Now you have one of the lawyers for the victims coming forward saying the government and U.S. Attorney Carmen Ortiz cannot be trusted to deal fairly with those families. Here's the attorney, Michael Heineman:
The U.S. Attorney's Office, before Bulger was arrested, fought these victims at every turn. They fought them in pre-trial filings, that the cases should be dismissed because they were brought too late. They then fought them at trials, and when they lost them at trials they appealed them. And at each and every turn, the U.S. Attorney's Office said, "No, victims, you get nothing."
All during the trial you were questioning whether we were seeing a comprehensive case and you go into that in your new e-book.
For me, all along the question has been: Why was Bulger allowed to grow into an old man when there was a warrant for his arrest when he was 65? Why, when he was 49, was he allowed to slip an indictment? This goes right the heart of the matter, which is Bulger alone could never have done what he did without the help of FBI agents. This is the story of a guy who could have been crushed but was turned into a giant by the federal government. That's why the subtitle of the book is "Boston's most notorious gangster and the pursuit of justice."
Do you think this case will ever be closed out in a way that we get all the answers and in a way that the victims' families are ever completely satisfied?
This is the tragedy of that trial.
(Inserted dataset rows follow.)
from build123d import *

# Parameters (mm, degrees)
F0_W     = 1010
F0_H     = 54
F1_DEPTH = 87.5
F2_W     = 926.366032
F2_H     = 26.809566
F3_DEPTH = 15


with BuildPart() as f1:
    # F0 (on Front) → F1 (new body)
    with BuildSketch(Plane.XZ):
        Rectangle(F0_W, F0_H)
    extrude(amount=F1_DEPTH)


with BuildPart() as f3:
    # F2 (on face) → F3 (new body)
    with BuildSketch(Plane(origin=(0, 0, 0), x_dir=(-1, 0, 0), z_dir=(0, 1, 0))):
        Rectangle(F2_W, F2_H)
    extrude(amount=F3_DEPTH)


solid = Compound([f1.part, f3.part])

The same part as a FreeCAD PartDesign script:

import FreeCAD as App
import Part
import Sketcher

V = App.Vector

doc = App.newDocument("Part")
body = doc.addObject("PartDesign::Body", "Body")

sketch1 = doc.addObject("Sketcher::SketchObject", "Sketch")
body.addObject(sketch1)
sketch1.AttachmentSupport = (doc.XZ_Plane, [""])
sketch1.MapMode = "FlatFace"
sketch1.addGeometry(Part.LineSegment(V(-505, 27, 0), V(-505, -27, 0)), False)
sketch1.addGeometry(Part.LineSegment(V(-505, -27, 0), V(505, -27, 0)), False)
sketch1.addGeometry(Part.LineSegment(V(505, -27, 0), V(505, 27, 0)), False)
sketch1.addGeometry(Part.LineSegment(V(505, 27, 0), V(-505, 27, 0)), False)
sketch1.addConstraint(Sketcher.Constraint("Coincident", 0, 2, 1, 1))
sketch1.addConstraint(Sketcher.Constraint("Coincident", 1, 2, 2, 1))
sketch1.addConstraint(Sketcher.Constraint("Coincident", 2, 2, 3, 1))
sketch1.addConstraint(Sketcher.Constraint("Coincident", 3, 2, 0, 1))
sketch1.addConstraint(Sketcher.Constraint("Vertical", 0))
sketch1.addConstraint(Sketcher.Constraint("Horizontal", 1))
sketch1.addConstraint(Sketcher.Constraint("Vertical", 2))
sketch1.addConstraint(Sketcher.Constraint("Horizontal", 3))
sketch1.addConstraint(Sketcher.Constraint("Symmetric", 0, 2, 2, 2, -1, 1))
sketch1.addConstraint(Sketcher.Constraint("DistanceX", 1, 1, 1, 2, 1010.0))
sketch1.addConstraint(Sketcher.Constraint("DistanceY", 0, 2, 0, 1, 54.0))
pad1 = doc.addObject("PartDesign::Pad", "Pad")
body.addObject(pad1)
pad1.Profile = sketch1
pad1.Length = 87.5
body2 = doc.addObject("PartDesign::Body", "Body001")

sketch2 = doc.addObject("Sketcher::SketchObject", "Sketch001")
body2.addObject(sketch2)
sketch2.AttachmentSupport = (doc.getObject("XZ_Plane001"), [""])
sketch2.MapMode = "FlatFace"
sketch2.addGeometry(Part.LineSegment(V(463, 13, 0), V(463, -13, 0)), False)
sketch2.addGeometry(Part.LineSegment(V(463, -13, 0), V(-463, -13, 0)), False)
sketch2.addGeometry(Part.LineSegment(V(-463, -13, 0), V(-463, 13, 0)), False)
sketch2.addGeometry(Part.LineSegment(V(-463, 13, 0), V(463, 13, 0)), False)
sketch2.addConstraint(Sketcher.Constraint("Coincident", 0, 2, 1, 1))
sketch2.addConstraint(Sketcher.Constraint("Coincident", 1, 2, 2, 1))
sketch2.addConstraint(Sketcher.Constraint("Coincident", 2, 2, 3, 1))
sketch2.addConstraint(Sketcher.Constraint("Coincident", 3, 2, 0, 1))
sketch2.addConstraint(Sketcher.Constraint("Vertical", 0))
sketch2.addConstraint(Sketcher.Constraint("Horizontal", 1))
sketch2.addConstraint(Sketcher.Constraint("Vertical", 2))
sketch2.addConstraint(Sketcher.Constraint("Horizontal", 3))
sketch2.addConstraint(Sketcher.Constraint("Symmetric", 0, 2, 2, 2, -1, 1))
sketch2.addConstraint(Sketcher.Constraint("DistanceX", 1, 2, 1, 1, 926.366032))
sketch2.addConstraint(Sketcher.Constraint("DistanceY", 0, 2, 0, 1, 26.809566))
pad2 = doc.addObject("PartDesign::Pad", "Pad001")
body2.addObject(pad2)
pad2.Profile = sketch2
pad2.Length = 15
pad2.Reversed = True

doc.recompute()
Because you had a trial here that was an opportunity to have full accounting, to have all the evidence put on the table, to have the second ring of that trial — involving those people who had enabled and empowered him. That didn't happen. So at the end of the day at this trial the tragedy is the U.S. attorney and the new head of the FBI here say it's a new day. Well, it may be a new day, but they're still trying to sell the same old bridge.
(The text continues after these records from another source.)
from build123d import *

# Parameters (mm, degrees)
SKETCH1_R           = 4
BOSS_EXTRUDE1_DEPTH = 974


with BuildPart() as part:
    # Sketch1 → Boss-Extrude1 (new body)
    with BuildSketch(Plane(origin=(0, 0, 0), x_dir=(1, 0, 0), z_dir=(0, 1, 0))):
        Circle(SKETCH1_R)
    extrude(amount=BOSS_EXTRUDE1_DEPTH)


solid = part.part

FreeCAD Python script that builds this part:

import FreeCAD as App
import Part
import Sketcher
from FreeCAD import Vector
Q = App.Units.Quantity

doc = App.newDocument("Part")
body = doc.addObject("PartDesign::Body", "Body")

# Sketch on XZ plane
sketch1 = doc.addObject("Sketcher::SketchObject", "Sketch")
body.addObject(sketch1)
sketch1.AttachmentSupport = (doc.XZ_Plane, [""])
sketch1.MapMode = "FlatFace"
sketch1.addGeometry(Part.Circle(Vector(0, 0, 0), Vector(0, 0, 1), 4), False)
sketch1.addConstraint(Sketcher.Constraint("Coincident", 0, 3, -1, 1))
sketch1.addConstraint(Sketcher.Constraint("Diameter", 0, Q("8 mm")))
pad1 = doc.addObject("PartDesign::Pad", "Pad")
body.addObject(pad1)
pad1.Profile = sketch1
pad1.Length = 974
pad1.Reversed = True

doc.recompute()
David Boeri's new e-book, "Bulger On Trial: Boston's Most Notorious Gangster and the Pursuit of Justice," is the first book to explore last summer's trial in depth from the perspective of a reporter who's covered the story for years. Download it here.
Correction: In an earlier version of this story, WBUR reported that “the very first person who suggested that any of that money go to the victims was Bulger himself.” Assistant U.S. Attorney Brian Kelly states that our reporting was incorrect. He said, in a statement: “In fact, the U.S. Attorney’s Office has stated in court on several occasions that the money seized from his California apartment be divided among the victims’ families. Our position was never prompted by any statements by Bulger himself.” WBUR regrets the error.
This program aired on November 12, 2013.